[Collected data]
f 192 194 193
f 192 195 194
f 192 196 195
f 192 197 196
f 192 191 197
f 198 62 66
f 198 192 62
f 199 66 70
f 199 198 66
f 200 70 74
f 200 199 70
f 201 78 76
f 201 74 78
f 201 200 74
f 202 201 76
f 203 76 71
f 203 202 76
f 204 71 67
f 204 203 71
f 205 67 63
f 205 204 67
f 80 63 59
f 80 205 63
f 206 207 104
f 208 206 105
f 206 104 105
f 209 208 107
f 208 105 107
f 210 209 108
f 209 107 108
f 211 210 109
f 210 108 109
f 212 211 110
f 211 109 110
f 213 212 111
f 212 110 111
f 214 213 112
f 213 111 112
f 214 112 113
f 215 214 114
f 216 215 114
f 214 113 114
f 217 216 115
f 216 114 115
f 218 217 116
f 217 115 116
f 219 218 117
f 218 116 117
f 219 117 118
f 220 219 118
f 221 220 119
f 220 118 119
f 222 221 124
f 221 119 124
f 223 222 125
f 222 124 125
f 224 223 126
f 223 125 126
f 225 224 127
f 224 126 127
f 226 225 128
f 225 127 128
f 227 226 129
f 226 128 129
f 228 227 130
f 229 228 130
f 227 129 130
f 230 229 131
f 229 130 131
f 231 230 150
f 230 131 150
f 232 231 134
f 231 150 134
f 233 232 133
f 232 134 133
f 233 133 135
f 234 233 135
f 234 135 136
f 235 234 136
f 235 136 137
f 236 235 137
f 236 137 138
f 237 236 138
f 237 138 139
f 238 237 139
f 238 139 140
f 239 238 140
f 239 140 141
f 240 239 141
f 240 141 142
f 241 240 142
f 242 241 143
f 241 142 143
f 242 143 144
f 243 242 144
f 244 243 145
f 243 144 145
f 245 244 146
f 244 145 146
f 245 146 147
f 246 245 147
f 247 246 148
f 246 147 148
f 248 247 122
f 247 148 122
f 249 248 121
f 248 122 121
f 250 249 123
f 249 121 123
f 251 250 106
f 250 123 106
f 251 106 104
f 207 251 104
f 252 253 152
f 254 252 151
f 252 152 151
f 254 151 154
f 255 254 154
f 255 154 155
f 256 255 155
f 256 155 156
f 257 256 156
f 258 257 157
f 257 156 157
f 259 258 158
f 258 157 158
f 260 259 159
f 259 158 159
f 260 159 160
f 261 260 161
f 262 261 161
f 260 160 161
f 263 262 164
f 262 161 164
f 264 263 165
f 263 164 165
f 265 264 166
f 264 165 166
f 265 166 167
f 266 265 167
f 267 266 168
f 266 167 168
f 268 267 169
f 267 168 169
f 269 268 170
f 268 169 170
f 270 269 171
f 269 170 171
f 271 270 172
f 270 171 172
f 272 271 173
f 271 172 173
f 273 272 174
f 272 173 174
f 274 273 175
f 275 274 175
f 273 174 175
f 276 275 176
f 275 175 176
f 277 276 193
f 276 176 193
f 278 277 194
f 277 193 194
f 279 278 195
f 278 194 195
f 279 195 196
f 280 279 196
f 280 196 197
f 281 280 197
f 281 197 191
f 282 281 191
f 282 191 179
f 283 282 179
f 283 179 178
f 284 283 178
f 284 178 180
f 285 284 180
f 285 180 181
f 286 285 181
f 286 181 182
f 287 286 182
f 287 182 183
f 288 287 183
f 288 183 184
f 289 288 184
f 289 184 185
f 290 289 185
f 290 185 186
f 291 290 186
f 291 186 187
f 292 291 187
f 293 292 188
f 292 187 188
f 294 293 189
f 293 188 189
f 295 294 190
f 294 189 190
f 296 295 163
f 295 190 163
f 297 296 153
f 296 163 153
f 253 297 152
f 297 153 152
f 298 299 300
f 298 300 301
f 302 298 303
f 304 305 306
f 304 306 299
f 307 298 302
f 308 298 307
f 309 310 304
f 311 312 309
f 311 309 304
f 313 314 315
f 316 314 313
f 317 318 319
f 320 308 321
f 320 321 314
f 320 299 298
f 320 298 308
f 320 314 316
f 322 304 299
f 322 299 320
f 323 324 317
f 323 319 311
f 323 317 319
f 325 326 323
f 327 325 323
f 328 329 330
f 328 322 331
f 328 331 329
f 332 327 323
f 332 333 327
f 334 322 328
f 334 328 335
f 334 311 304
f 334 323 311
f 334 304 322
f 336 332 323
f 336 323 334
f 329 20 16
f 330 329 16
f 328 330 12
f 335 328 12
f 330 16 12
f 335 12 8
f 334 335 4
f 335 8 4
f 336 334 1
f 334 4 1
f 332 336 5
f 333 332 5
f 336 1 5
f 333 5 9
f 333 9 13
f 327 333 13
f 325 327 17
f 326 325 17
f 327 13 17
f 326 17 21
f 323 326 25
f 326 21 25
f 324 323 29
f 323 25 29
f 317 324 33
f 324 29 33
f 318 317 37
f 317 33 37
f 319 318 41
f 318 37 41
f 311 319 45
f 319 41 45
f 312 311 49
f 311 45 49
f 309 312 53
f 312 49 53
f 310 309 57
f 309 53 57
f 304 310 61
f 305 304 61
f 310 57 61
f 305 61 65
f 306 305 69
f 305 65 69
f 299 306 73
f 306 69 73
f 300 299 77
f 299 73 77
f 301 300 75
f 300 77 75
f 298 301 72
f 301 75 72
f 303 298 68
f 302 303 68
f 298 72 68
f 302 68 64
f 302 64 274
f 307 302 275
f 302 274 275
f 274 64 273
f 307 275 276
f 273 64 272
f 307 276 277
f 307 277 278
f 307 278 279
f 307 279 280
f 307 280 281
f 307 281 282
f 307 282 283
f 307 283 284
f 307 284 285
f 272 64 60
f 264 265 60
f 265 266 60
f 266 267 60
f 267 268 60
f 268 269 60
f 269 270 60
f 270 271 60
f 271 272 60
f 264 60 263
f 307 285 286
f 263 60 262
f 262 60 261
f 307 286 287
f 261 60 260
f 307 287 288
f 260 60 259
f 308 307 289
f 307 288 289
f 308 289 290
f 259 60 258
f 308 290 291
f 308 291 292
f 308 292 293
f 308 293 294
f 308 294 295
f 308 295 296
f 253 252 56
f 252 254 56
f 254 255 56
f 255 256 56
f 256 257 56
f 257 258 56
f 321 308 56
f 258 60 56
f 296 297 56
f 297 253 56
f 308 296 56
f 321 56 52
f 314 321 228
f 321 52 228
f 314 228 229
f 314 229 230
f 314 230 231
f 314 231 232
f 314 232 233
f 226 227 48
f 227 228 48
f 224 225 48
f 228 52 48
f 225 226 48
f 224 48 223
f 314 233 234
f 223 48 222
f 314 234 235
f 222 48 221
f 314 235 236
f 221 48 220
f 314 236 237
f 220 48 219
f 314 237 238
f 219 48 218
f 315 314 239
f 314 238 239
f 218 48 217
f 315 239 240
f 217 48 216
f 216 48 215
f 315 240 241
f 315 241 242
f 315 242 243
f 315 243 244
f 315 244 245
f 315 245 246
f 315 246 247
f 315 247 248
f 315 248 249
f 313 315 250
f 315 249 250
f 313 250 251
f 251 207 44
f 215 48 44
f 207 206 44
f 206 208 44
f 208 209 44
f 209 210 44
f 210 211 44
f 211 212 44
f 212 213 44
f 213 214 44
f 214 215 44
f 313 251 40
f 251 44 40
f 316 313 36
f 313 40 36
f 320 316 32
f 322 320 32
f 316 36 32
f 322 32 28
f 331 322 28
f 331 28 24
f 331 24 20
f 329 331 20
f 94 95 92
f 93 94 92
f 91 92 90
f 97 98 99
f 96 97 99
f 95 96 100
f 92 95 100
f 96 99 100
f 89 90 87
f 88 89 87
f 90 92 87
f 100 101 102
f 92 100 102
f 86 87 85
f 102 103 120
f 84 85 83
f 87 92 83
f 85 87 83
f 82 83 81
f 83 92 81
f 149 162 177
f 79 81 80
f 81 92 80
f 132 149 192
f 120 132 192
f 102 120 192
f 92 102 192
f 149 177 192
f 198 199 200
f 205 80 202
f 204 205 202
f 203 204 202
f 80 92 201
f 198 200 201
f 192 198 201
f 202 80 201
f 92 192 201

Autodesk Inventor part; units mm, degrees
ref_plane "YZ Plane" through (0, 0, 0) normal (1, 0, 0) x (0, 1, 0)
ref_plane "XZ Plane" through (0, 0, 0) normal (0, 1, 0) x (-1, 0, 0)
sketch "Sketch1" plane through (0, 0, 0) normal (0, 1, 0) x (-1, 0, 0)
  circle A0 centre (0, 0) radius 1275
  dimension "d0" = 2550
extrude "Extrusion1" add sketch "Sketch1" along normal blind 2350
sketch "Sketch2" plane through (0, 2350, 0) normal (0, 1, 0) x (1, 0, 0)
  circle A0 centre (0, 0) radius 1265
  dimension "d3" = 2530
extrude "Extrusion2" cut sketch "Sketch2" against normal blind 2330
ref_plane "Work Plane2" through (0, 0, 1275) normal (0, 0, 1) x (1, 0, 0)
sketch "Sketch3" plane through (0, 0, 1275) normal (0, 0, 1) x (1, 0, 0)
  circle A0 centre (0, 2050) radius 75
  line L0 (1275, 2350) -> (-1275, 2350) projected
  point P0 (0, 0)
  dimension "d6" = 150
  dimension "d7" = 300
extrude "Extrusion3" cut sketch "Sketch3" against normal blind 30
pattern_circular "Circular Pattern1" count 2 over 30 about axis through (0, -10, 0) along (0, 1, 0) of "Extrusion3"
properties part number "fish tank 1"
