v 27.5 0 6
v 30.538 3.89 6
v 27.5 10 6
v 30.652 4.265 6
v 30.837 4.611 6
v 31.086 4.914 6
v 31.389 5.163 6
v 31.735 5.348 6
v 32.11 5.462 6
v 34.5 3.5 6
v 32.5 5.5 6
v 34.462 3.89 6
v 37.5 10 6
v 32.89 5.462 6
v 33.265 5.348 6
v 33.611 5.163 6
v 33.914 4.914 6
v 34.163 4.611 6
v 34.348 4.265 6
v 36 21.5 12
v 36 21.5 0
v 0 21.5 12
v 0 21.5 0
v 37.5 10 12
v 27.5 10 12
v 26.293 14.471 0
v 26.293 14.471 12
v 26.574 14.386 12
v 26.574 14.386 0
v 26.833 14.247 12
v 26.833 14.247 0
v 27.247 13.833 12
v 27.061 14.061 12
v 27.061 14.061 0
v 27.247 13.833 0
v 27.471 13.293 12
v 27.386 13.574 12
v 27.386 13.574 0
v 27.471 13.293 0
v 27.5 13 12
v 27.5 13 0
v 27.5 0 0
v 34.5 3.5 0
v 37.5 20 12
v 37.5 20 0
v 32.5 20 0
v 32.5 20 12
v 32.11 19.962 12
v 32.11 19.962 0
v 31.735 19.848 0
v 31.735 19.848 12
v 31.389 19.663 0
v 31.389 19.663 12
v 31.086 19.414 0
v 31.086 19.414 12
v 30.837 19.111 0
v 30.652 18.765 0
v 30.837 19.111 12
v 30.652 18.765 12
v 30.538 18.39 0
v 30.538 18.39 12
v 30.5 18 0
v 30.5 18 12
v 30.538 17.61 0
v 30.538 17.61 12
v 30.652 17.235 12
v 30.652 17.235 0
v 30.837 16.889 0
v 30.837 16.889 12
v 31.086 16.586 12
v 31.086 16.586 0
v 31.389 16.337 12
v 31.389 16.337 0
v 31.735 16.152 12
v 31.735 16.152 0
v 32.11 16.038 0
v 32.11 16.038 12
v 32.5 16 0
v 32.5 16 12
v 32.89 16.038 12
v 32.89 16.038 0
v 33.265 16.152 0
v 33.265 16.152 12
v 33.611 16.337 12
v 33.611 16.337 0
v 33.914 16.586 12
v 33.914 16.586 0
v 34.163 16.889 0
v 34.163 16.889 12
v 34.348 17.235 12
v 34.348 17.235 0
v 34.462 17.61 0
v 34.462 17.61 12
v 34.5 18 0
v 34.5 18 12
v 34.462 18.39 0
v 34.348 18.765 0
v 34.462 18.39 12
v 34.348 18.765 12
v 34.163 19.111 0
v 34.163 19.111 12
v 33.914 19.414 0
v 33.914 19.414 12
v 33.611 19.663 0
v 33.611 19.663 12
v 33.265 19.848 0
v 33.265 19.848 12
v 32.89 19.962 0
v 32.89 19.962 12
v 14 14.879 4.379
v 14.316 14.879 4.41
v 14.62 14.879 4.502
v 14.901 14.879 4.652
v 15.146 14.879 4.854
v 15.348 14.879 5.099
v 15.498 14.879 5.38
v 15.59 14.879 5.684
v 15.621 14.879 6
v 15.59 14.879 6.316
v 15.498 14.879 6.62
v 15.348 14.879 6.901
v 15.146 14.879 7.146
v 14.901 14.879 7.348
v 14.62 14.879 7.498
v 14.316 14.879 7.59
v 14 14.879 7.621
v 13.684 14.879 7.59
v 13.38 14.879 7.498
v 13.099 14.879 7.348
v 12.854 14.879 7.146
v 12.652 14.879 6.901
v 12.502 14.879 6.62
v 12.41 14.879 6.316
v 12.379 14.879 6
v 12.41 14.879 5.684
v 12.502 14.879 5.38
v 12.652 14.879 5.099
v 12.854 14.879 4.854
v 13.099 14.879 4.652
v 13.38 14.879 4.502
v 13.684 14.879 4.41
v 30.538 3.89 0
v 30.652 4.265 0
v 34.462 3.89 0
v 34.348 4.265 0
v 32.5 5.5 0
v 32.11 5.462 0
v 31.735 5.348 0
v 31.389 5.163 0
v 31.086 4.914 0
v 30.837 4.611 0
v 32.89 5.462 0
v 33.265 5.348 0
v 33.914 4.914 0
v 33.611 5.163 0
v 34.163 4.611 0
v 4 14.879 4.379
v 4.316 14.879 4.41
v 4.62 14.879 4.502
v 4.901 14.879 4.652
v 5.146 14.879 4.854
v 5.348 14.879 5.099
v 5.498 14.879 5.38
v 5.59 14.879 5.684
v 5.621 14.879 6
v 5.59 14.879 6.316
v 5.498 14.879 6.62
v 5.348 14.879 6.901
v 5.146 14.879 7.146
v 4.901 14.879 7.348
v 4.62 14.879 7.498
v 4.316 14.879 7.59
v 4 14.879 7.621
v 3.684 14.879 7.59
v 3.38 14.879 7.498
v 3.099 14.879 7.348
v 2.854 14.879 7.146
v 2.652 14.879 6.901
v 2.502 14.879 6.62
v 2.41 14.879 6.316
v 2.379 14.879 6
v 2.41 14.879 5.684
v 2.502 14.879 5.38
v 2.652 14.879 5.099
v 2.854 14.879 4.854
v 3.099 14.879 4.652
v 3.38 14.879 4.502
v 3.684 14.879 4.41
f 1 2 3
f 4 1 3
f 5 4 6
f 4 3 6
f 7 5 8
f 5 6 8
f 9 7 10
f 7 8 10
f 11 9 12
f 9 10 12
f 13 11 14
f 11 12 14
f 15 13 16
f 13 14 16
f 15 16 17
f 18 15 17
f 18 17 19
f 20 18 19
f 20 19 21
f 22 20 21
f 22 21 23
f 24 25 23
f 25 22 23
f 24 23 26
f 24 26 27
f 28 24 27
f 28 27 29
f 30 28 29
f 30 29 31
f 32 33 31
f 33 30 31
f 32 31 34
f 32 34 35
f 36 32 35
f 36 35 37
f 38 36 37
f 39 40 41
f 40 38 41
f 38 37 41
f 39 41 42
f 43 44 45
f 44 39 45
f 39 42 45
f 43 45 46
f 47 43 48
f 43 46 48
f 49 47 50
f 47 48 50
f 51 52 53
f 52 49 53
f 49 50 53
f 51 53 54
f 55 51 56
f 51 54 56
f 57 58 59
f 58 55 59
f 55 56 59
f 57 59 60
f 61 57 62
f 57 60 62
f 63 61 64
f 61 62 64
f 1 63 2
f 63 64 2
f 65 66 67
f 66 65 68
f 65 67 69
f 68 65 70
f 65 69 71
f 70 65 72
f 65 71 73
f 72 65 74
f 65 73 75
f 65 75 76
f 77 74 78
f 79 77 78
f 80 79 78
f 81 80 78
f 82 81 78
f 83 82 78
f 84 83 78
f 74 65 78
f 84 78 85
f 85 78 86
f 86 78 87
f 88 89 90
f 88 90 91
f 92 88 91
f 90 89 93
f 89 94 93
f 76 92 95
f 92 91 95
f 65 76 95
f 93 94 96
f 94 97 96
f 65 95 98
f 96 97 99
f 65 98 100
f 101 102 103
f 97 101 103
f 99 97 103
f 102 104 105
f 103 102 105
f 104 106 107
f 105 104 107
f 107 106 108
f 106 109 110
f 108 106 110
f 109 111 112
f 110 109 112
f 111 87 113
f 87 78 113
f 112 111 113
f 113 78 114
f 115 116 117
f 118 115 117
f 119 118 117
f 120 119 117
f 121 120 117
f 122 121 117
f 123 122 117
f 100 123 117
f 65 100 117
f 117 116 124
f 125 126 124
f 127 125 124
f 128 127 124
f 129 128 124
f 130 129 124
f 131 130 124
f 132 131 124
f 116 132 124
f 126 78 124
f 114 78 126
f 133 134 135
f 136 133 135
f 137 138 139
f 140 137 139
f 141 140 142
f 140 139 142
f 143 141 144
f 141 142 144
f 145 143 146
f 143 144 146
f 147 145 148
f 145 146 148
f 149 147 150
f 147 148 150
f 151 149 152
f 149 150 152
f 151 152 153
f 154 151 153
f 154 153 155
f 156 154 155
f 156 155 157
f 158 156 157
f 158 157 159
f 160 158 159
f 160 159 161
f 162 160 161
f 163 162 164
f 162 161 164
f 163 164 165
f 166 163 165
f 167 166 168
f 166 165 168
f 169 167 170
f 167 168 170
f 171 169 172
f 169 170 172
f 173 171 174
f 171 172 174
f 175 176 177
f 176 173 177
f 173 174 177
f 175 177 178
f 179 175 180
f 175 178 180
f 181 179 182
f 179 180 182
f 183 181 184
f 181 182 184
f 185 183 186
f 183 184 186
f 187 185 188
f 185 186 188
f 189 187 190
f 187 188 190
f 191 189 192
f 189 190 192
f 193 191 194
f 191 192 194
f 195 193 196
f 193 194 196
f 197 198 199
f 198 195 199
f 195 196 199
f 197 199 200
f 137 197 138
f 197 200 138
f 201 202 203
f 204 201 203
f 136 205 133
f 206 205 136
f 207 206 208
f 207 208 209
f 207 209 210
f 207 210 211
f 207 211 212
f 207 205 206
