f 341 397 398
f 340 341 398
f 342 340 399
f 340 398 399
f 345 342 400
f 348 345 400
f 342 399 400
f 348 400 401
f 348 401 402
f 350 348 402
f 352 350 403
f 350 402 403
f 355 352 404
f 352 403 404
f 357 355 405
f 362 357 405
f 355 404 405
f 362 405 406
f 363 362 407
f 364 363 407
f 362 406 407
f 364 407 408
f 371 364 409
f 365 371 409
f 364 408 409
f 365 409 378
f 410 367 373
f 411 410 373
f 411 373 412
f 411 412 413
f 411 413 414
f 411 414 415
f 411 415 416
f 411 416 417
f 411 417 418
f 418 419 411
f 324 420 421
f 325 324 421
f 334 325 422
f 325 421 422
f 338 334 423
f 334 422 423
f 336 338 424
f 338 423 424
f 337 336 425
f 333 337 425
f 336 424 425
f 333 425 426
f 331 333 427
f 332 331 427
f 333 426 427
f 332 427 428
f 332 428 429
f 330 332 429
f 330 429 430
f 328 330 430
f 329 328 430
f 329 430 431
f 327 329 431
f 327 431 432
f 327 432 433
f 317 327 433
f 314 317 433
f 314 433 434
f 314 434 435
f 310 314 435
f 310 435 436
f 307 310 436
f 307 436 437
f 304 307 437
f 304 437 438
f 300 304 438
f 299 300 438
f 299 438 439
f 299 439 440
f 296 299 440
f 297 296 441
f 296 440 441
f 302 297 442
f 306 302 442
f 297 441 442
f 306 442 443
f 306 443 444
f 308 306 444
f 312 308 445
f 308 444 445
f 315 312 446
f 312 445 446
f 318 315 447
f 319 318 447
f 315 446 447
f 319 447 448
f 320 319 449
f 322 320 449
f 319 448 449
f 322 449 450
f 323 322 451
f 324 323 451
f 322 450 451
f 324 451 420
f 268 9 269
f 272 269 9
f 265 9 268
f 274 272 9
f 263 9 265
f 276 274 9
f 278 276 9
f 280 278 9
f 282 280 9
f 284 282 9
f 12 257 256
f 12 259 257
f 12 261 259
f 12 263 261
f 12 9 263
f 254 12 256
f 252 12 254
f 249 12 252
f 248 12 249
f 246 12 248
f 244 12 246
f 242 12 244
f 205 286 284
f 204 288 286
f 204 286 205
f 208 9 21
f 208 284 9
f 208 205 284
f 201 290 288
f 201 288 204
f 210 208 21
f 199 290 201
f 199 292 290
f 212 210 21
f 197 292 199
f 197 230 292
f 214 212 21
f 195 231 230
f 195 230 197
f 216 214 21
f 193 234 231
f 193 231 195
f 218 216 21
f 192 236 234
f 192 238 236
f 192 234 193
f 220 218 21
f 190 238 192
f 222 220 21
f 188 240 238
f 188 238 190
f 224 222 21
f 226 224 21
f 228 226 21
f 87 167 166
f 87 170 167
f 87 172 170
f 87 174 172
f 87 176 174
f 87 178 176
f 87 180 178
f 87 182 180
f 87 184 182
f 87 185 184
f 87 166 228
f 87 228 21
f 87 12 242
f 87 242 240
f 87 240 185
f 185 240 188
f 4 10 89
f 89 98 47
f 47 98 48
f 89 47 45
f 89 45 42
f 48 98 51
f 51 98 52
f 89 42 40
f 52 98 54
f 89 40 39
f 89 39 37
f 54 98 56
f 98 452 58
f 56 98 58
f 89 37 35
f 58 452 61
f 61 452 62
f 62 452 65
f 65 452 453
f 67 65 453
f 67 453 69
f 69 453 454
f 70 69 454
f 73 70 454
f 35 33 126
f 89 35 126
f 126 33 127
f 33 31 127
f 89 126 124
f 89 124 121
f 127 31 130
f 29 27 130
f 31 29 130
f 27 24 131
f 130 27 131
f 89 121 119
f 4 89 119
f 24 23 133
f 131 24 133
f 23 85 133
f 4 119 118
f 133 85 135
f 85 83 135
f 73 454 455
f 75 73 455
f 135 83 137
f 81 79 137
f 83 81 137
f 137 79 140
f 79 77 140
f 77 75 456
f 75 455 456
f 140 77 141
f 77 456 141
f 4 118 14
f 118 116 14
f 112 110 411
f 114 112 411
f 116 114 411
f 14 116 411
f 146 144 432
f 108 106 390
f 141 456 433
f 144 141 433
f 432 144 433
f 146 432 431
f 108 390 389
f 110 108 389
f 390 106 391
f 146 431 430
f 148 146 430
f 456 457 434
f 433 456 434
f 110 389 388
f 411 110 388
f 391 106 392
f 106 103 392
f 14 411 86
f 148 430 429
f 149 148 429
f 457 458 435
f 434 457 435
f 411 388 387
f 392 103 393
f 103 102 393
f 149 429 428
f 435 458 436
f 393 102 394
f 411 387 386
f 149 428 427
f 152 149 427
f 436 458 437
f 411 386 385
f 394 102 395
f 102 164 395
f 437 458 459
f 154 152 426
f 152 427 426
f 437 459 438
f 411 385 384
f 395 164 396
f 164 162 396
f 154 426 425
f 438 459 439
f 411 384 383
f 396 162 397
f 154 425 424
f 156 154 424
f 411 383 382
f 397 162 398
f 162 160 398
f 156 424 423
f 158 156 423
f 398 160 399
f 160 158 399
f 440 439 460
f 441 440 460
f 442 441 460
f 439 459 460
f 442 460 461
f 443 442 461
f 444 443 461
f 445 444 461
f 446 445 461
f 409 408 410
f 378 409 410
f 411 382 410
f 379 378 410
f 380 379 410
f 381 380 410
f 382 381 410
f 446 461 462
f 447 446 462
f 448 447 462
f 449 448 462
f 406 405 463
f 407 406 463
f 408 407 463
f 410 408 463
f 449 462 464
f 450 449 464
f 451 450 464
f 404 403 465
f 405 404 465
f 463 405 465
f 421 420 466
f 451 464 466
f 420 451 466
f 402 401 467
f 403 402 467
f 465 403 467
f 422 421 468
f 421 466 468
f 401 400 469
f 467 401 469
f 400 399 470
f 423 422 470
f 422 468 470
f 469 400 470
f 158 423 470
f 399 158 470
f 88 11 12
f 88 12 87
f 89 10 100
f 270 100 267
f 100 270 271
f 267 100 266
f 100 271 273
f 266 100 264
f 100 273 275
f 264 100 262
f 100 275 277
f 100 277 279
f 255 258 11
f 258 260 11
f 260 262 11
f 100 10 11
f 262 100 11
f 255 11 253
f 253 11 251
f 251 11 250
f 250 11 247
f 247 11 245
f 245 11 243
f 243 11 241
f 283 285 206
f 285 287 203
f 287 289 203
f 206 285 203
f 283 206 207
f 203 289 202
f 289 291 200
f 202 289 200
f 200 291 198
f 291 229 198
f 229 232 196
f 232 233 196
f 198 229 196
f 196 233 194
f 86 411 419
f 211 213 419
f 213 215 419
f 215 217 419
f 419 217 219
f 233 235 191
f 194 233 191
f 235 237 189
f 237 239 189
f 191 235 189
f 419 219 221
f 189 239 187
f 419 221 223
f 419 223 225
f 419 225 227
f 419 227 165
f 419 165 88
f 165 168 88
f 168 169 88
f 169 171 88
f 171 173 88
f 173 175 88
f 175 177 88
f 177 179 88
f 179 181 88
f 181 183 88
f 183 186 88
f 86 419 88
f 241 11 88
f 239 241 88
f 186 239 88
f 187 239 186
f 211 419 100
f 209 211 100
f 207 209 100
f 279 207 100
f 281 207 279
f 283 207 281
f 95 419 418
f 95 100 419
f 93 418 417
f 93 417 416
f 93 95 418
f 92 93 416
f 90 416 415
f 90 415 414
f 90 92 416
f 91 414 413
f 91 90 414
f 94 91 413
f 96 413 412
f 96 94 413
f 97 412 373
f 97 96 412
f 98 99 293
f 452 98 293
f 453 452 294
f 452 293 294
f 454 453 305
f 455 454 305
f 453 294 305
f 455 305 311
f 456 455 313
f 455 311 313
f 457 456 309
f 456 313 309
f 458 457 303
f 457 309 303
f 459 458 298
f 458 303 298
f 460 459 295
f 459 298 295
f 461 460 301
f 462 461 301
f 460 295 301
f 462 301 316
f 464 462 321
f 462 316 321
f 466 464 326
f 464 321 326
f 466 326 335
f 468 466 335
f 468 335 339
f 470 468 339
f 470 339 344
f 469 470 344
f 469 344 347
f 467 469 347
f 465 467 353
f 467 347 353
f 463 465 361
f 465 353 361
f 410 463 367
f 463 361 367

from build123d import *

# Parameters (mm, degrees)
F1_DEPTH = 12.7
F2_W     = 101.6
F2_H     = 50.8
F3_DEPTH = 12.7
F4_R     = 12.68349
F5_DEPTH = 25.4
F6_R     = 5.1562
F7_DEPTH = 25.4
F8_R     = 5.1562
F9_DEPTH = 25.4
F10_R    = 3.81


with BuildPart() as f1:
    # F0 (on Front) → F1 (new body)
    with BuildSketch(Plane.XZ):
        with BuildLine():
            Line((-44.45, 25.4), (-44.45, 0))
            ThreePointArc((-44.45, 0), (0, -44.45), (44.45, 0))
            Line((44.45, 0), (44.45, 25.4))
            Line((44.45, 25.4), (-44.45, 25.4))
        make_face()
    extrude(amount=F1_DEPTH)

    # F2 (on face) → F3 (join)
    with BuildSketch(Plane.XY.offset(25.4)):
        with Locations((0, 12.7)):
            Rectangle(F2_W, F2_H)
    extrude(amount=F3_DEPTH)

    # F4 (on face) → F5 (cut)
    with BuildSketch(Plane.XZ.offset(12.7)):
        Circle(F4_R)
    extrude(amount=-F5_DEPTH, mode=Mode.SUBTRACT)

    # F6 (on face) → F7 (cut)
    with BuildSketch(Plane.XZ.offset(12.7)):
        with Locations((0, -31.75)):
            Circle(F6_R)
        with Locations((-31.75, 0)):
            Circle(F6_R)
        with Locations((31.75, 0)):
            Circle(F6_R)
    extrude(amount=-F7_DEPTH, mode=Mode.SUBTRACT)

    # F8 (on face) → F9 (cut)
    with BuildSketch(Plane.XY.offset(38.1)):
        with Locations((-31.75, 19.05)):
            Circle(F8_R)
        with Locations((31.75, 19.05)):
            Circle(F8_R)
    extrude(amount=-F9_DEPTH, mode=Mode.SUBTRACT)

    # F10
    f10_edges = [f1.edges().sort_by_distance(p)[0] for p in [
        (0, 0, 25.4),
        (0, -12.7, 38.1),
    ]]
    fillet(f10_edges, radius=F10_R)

• _EXERCISE GOAL_
In the data above, each line holding "degrees" is to be found and copied.

• _ANSWER SPACE_
Autodesk Inventor part; units mm, degrees
# Parameters (mm, degrees)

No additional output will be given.